Congruence of enriched homs

Recall that when C is both a category and a V-enriched category, we say it is an EnrichedOrdinaryCategory if it comes equipped with a sufficiently compatible equivalence between morphisms X ⟶ Y in C and morphisms 𝟙_ V ⟶ (X ⟶[V] Y) in V.

In such a V-enriched ordinary category C, isomorphisms in C induce isomorphisms between hom-objects in V. We define this isomorphism in CategoryTheory.Iso.eHomCongr and prove that it respects composition in C.

The treatment here parallels that for unenriched categories in Mathlib/CategoryTheory/HomCongr.lean and that for sorts in Mathlib/Logic/Equiv/Defs.lean (cf.
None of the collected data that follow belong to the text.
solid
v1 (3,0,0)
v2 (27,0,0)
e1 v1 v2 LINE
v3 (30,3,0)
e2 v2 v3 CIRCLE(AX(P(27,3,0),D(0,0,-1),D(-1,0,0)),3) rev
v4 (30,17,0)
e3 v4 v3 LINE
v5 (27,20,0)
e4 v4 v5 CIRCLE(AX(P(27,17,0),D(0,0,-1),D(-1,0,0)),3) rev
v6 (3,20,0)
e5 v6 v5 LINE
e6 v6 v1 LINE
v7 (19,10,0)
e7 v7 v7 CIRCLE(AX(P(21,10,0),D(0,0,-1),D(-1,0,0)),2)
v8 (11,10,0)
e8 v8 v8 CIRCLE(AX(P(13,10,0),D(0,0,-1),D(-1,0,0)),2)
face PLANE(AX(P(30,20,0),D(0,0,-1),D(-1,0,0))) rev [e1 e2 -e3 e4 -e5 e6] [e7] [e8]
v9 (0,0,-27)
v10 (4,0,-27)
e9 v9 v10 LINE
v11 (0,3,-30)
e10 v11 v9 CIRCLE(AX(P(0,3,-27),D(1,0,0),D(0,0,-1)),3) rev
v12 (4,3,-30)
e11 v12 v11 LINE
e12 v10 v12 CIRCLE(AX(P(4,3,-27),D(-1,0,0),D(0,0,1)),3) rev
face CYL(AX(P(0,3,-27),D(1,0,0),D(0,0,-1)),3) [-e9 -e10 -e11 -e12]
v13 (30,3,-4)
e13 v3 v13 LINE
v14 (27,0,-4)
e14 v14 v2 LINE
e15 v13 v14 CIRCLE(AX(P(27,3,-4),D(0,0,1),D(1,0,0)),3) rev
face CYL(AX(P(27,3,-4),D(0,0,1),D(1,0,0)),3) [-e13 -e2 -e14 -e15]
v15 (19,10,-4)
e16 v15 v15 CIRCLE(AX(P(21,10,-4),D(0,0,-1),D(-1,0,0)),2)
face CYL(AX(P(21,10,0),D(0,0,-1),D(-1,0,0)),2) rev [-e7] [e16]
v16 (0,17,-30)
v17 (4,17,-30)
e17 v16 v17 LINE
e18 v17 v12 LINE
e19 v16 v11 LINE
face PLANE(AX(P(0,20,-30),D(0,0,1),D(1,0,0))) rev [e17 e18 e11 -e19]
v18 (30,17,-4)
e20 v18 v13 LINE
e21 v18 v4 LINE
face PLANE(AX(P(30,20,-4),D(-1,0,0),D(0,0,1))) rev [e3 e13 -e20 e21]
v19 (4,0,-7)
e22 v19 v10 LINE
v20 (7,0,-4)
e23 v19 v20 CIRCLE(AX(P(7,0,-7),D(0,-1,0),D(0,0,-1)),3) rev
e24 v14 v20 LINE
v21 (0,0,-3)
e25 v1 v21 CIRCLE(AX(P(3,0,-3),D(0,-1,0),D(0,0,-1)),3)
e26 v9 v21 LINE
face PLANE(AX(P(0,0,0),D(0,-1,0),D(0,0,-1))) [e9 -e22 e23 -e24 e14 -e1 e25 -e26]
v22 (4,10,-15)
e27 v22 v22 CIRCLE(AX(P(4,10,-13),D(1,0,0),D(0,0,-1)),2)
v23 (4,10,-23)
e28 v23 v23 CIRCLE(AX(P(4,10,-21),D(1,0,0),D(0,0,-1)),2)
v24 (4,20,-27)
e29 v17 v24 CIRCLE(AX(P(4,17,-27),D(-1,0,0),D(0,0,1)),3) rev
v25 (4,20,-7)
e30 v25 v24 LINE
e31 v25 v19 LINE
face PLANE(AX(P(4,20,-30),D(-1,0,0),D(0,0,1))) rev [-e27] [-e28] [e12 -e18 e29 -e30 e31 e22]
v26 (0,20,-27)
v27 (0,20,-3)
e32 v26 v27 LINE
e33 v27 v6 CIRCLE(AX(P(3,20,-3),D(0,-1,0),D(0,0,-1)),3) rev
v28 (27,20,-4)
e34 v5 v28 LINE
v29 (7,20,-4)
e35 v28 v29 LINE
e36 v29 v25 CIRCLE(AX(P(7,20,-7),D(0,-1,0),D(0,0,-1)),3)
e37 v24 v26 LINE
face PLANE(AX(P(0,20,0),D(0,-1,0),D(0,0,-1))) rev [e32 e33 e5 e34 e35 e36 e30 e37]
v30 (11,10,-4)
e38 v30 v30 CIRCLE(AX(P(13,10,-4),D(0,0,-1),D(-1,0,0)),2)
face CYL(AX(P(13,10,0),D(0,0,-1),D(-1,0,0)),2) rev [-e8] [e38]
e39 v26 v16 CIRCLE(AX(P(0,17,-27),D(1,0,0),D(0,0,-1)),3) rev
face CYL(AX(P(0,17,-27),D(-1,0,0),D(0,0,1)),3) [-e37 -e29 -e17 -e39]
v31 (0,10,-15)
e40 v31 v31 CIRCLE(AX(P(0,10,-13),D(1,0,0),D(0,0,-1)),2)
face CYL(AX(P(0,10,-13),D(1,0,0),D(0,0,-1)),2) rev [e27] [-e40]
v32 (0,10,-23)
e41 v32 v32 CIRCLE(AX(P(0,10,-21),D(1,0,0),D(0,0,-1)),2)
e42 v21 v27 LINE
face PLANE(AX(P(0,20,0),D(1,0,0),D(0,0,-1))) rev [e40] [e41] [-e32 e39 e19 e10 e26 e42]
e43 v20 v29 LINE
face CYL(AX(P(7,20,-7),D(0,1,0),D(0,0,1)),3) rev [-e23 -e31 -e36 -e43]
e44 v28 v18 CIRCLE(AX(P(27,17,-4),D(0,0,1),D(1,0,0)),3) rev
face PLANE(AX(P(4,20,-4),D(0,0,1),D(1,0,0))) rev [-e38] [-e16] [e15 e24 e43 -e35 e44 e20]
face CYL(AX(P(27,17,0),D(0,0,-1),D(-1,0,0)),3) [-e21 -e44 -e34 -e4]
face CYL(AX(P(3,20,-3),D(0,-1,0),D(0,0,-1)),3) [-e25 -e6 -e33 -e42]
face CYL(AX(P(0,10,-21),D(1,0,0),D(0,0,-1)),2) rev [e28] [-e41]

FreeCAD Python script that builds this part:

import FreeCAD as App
import Part
import Sketcher


def edges_at(feature, points):
    """Names of the edges that pass closest to the given points."""
    edges = feature.Shape.Edges
    near = lambda p: min(range(len(edges)), key=lambda i: edges[i].distToShape(Part.Vertex(*p))[0])
    return sorted({f"Edge{near(p) + 1}" for p in points})


def add_polygon(sketch, points):
    """Adds a closed chain of lines whose ends are joined by coincident constraints."""
    first, n = sketch.GeometryCount, len(points)
    for a, b in zip(points, points[1:] + points[:1]):
        sketch.addGeometry(Part.LineSegment(App.Vector(*a, 0), App.Vector(*b, 0)), False)
    for i in range(n):
        sketch.addConstraint(Sketcher.Constraint("Coincident", first + i, 2, first + (i + 1) % n, 1))

doc = App.newDocument("Part")
body = doc.addObject("PartDesign::Body", "Body")

# Sketch on XZ plane
sketch1 = body.newObject("Sketcher::SketchObject", "Sketch")
sketch1.AttachmentSupport = (doc.getObject("XZ_Plane"), [""])
sketch1.MapMode = "FlatFace"
add_polygon(sketch1, [(0, -30), (0, 0), (30, 0), (30, -4), (4, -4), (4, -30)])  # lines 0-5
sketch1.addConstraint([
    Sketcher.Constraint("Vertical", 0),
    Sketcher.Constraint("Horizontal", 1),
    Sketcher.Constraint("Vertical", 2),
    Sketcher.Constraint("Horizontal", 3),
    Sketcher.Constraint("Vertical", 4),
    Sketcher.Constraint("Horizontal", 5),
    Sketcher.Constraint("Coincident", 0, 2, -1, 1),
    Sketcher.Constraint("Equal", 1, 0),
    Sketcher.Constraint("Equal", 5, 2),
    Sketcher.Constraint("DistanceX", 1, 1, 1, 2, 30.0),
    Sketcher.Constraint("DistanceX", 3, 2, 3, 1, 26.0),
])
pad1 = body.newObject("PartDesign::Pad", "Pad")
pad1.Profile = sketch1
pad1.Length = 20
pad1.Reversed = True

# Sketch on YZ plane
sketch2 = body.newObject("Sketcher::SketchObject", "Sketch001")
sketch2.AttachmentSupport = (doc.getObject("YZ_Plane"), [""])
sketch2.MapMode = "FlatFace"
sketch2.AttachmentOffset = App.Placement(App.Vector(0, 0, 4), App.Rotation())
sketch2.addGeometry([
    Part.Circle(App.Vector(10, -13, 0), App.Vector(0, 0, 1), 2),
    Part.Circle(App.Vector(10, -21, 0), App.Vector(0, 0, 1), 2),
], False)
sketch2.addConstraint([
    Sketcher.Constraint("Equal", 0, 1),
    Sketcher.Constraint("Vertical", 0, 3, 1, 3),
    Sketcher.Constraint("Diameter", 0, 4.0),
    Sketcher.Constraint("DistanceX", -1, 1, 0, 3, 10.0),
    Sketcher.Constraint("DistanceY", 0, 3, -1, 1, 13.0),
    Sketcher.Constraint("DistanceY", 1, 3, -1, 1, 21.0),
])
pocket1 = body.newObject("PartDesign::Pocket", "Pocket")
pocket1.Profile = sketch2
pocket1.Type = "ThroughAll"

# Sketch on XY plane
sketch3 = body.newObject("Sketcher::SketchObject", "Sketch002")
sketch3.AttachmentSupport = (doc.getObject("XY_Plane"), [""])
sketch3.MapMode = "FlatFace"
sketch3.AttachmentOffset = App.Placement(App.Vector(0, 0, -4), App.Rotation())
sketch3.addGeometry([
    Part.Circle(App.Vector(21, 10, 0), App.Vector(0, 0, 1), 2),
    Part.Circle(App.Vector(13, 10, 0), App.Vector(0, 0, 1), 2),
], False)
sketch3.addConstraint([
    Sketcher.Constraint("Equal", 0, 1),
    Sketcher.Constraint("Horizontal", 0, 3, 1, 3),
    Sketcher.Constraint("Diameter", 0, 4.0),
    Sketcher.Constraint("DistanceX", -1, 1, 0, 3, 21.0),
    Sketcher.Constraint("DistanceY", -1, 1, 0, 3, 10.0),
    Sketcher.Constraint("DistanceX", -1, 1, 1, 3, 13.0),
])
pocket2 = body.newObject("PartDesign::Pocket", "Pocket001")
pocket2.Profile = sketch3
pocket2.Type = "ThroughAll"
pocket2.Reversed = True
doc.recompute()

fillet = body.newObject("PartDesign::Fillet", "Fillet")
fillet.Base = (pocket2, edges_at(pocket2, [
    (0, 10, 0),
    (4, 10, -4),
    (2, 20, -30),
    (2, 0, -30),
    (30, 20, -2),
    (30, 0, -2),
]))
fillet.Radius = 3

doc.recompute()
Equiv.arrowCongr). Note, however, that they construct equivalences between Types and Sorts, respectively, while in this file we construct isomorphisms between objects in V.

def CategoryTheory.Iso.eHomCongr (V : Type u') [Category.{v', u'} V] [MonoidalCategory V] {C : Type u} [Category.{v, u} C] [EnrichedOrdinaryCategory V C] {X Y X₁ Y₁ : C} (α : X ≅ X₁) (β : Y ≅ Y₁) : EnrichedCategory.Hom X Y ≅ EnrichedCategory.Hom X₁ Y₁

Given isomorphisms α : X ≅ X₁ and β : Y ≅ Y₁ in C, we can construct an isomorphism between V objects X ⟶[V] Y and X₁ ⟶[V] Y₁.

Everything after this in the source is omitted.